Image courtesy of clearwater.org
            Enter the 1990s, and the situation is only getting worse. In 1993, GE admitted that PCBs had probably been seeping out of the ground since at least the early 80s. Later in the same year, it is discovered that several capacitors full of PCBs had been left in river. Though these are removed, it doesn’t stop the problem. The DEC was able to get GE to clean up under and around the plant but could not do anything to make GE clean up the river. The situation really hit home in 1996 however when scientists made the discovery that PCBs were evaporating from the river and the level of PCBs in non-fish eaters living in the Hudson River Valley. In the same year, the EPA announced its investigation of PCB health risks would not include inhalation pathways, endocrine disruptions, or the effects on women and children. Luckily for the River, headway was made by the late 90s. Secretary of the Interior, Bruce Babbitt held a press conference in which he told GE that he would no longer accept them trying to delay the cleanup and that the Superfund project should stop being influenced and changed by major companies to fit their goals.
            It wasn’t until 2001 that GE was lawfully required to take action for what they had. The EPA released a Record of Decision (ROD) which was a legal order to remediate. At this point, if GE had decided to challenge the ROD, the EPA would have had to begin cleanup by themselves with public money. GE would have then have been at risk of having to pay three times the costs of the cleanup costs if it lost its appeal. Seeing as for the past thirty years GE had been trying to get out of having to pay loads of money, it makes sense that they agreed to help with cleanup. Even then, it took about seven years for actual cleanup to begin. As shown on the diagram titled, “Hudson River PCBS Superfund: Sequence of Key Events”, there were a number of bureaucratic decisions that had to be made, where dredging would happen had to be decided, however, dredging for phase one began and was completed in 2009. Phase two is still in progress but is going well because, “GE exceeded its dredging goal because favorable weather allowed theChamplain Canal to remain open to dredging vessels for an extra few weeks” reports Dredging News Online.

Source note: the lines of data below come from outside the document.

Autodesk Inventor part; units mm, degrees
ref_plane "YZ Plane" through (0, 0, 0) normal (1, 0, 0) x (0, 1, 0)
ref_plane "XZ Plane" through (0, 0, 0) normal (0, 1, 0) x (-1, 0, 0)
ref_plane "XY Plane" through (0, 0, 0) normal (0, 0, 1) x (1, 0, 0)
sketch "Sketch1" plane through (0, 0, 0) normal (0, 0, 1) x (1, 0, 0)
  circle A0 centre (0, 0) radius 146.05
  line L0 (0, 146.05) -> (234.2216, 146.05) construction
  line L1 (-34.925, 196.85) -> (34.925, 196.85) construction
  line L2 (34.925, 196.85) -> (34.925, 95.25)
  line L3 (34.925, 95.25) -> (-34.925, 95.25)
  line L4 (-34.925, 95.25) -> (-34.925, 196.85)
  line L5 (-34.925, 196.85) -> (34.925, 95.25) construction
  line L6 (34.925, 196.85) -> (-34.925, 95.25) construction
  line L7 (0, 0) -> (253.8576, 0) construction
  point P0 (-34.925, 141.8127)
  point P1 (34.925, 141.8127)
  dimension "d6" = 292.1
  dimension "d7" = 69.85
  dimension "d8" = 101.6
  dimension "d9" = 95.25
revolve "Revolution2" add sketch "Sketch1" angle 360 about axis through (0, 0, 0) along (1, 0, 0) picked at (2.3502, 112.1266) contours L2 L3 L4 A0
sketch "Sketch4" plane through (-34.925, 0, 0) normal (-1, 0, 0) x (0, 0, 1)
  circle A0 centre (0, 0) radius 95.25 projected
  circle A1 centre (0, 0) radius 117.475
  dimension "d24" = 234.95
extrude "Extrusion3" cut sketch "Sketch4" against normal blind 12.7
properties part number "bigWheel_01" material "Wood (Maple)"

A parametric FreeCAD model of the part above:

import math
import FreeCAD as App
import Part
import Sketcher
from FreeCAD import Vector
Q = App.Units.Quantity

doc = App.newDocument("Part")
body = doc.addObject("PartDesign::Body", "Body")

# Sketch on XY plane
sketch1 = body.newObject("Sketcher::SketchObject", "Sketch")
sketch1.AttachmentSupport = (doc.getObject("XY_Plane"), [""])
sketch1.MapMode = "FlatFace"
sketch1.addGeometry(Part.LineSegment(Vector(35, 95, 0), Vector(35, 142, 0)), False)
sketch1.addGeometry(Part.ArcOfCircle(Part.Circle(Vector(0, 0, 0), Vector(0, 0, 1), 146), math.radians(76), math.radians(104)), False)
sketch1.addGeometry(Part.LineSegment(Vector(-35, 142, 0), Vector(-35, 95, 0)), False)
sketch1.addGeometry(Part.LineSegment(Vector(-35, 95, 0), Vector(35, 95, 0)), False)
sketch1.addConstraint(Sketcher.Constraint("Coincident", 0, 2, 1, 1))
sketch1.addConstraint(Sketcher.Constraint("Coincident", 1, 2, 2, 1))
sketch1.addConstraint(Sketcher.Constraint("Coincident", 2, 2, 3, 1))
sketch1.addConstraint(Sketcher.Constraint("Coincident", 3, 2, 0, 1))
sketch1.addConstraint(Sketcher.Constraint("Vertical", 0))
sketch1.addConstraint(Sketcher.Constraint("Vertical", 2))
sketch1.addConstraint(Sketcher.Constraint("Horizontal", 3))
sketch1.addConstraint(Sketcher.Constraint("Coincident", 1, 3, -1, 1))
sketch1.addConstraint(Sketcher.Constraint("Horizontal", 0, 2, 1, 2))
sketch1.addConstraint(Sketcher.Constraint("Radius", 1, Q("5.75 in")))
sketch1.addConstraint(Sketcher.Constraint("DistanceX", 3, 1, 3, 2, Q("2.75 in")))
sketch1.addConstraint(Sketcher.Constraint("DistanceY", -1, 1, 2, 2, Q("3.75 in")))
revolution = body.newObject("PartDesign::Revolution", "Revolution")
revolution.Profile = sketch1
revolution.ReferenceAxis = (sketch1, ["H_Axis"])
revolution.Angle = 360

# Sketch on YZ plane
sketch2 = body.newObject("Sketcher::SketchObject", "Sketch001")
sketch2.AttachmentSupport = (doc.getObject("YZ_Plane"), [""])
sketch2.MapMode = "FlatFace"
sketch2.AttachmentOffset = App.Placement(Vector(0, 0, -1.375 * 25.4), App.Rotation())
sketch2.addGeometry(Part.Circle(Vector(0, 0, 0), Vector(0, 0, 1), 117), False)
sketch2.addGeometry(Part.Circle(Vector(0, 0, 0), Vector(0, 0, 1), 95), False)
sketch2.addConstraint(Sketcher.Constraint("Coincident", 0, 3, -1, 1))
sketch2.addConstraint(Sketcher.Constraint("Coincident", 1, 3, -1, 1))
sketch2.addConstraint(Sketcher.Constraint("Diameter", 0, Q("9.25 in")))
sketch2.addConstraint(Sketcher.Constraint("Diameter", 1, Q("7.5 in")))
pocket1 = body.newObject("PartDesign::Pocket", "Pocket")
pocket1.Profile = sketch2
pocket1.Length = Q("0.5 in")
pocket1.Reversed = True

doc.recompute()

            Though phase two is still underway, it is showing promising signs. But this comes too late for many species living in the river. Slow government action on behalf of the EPA coupled with unwillingness to help from GE delayed cleanup for over thirty years, causing unnecessary damage to the important ecosystem.

Want to know more? Check out these websites for more information:
http://www.clearwater.org/ea/pcb-contamination/
http://www.epa.gov/hudson/cleanup.html#quest1


Stanne, Stephen P., Roger G. Panetta , and Brian E. Forist .
                The Hudson: An Illustrated Guide to the Living
                River. 2nd ed. Rutgers University Press, 2007.
                173-182. Print.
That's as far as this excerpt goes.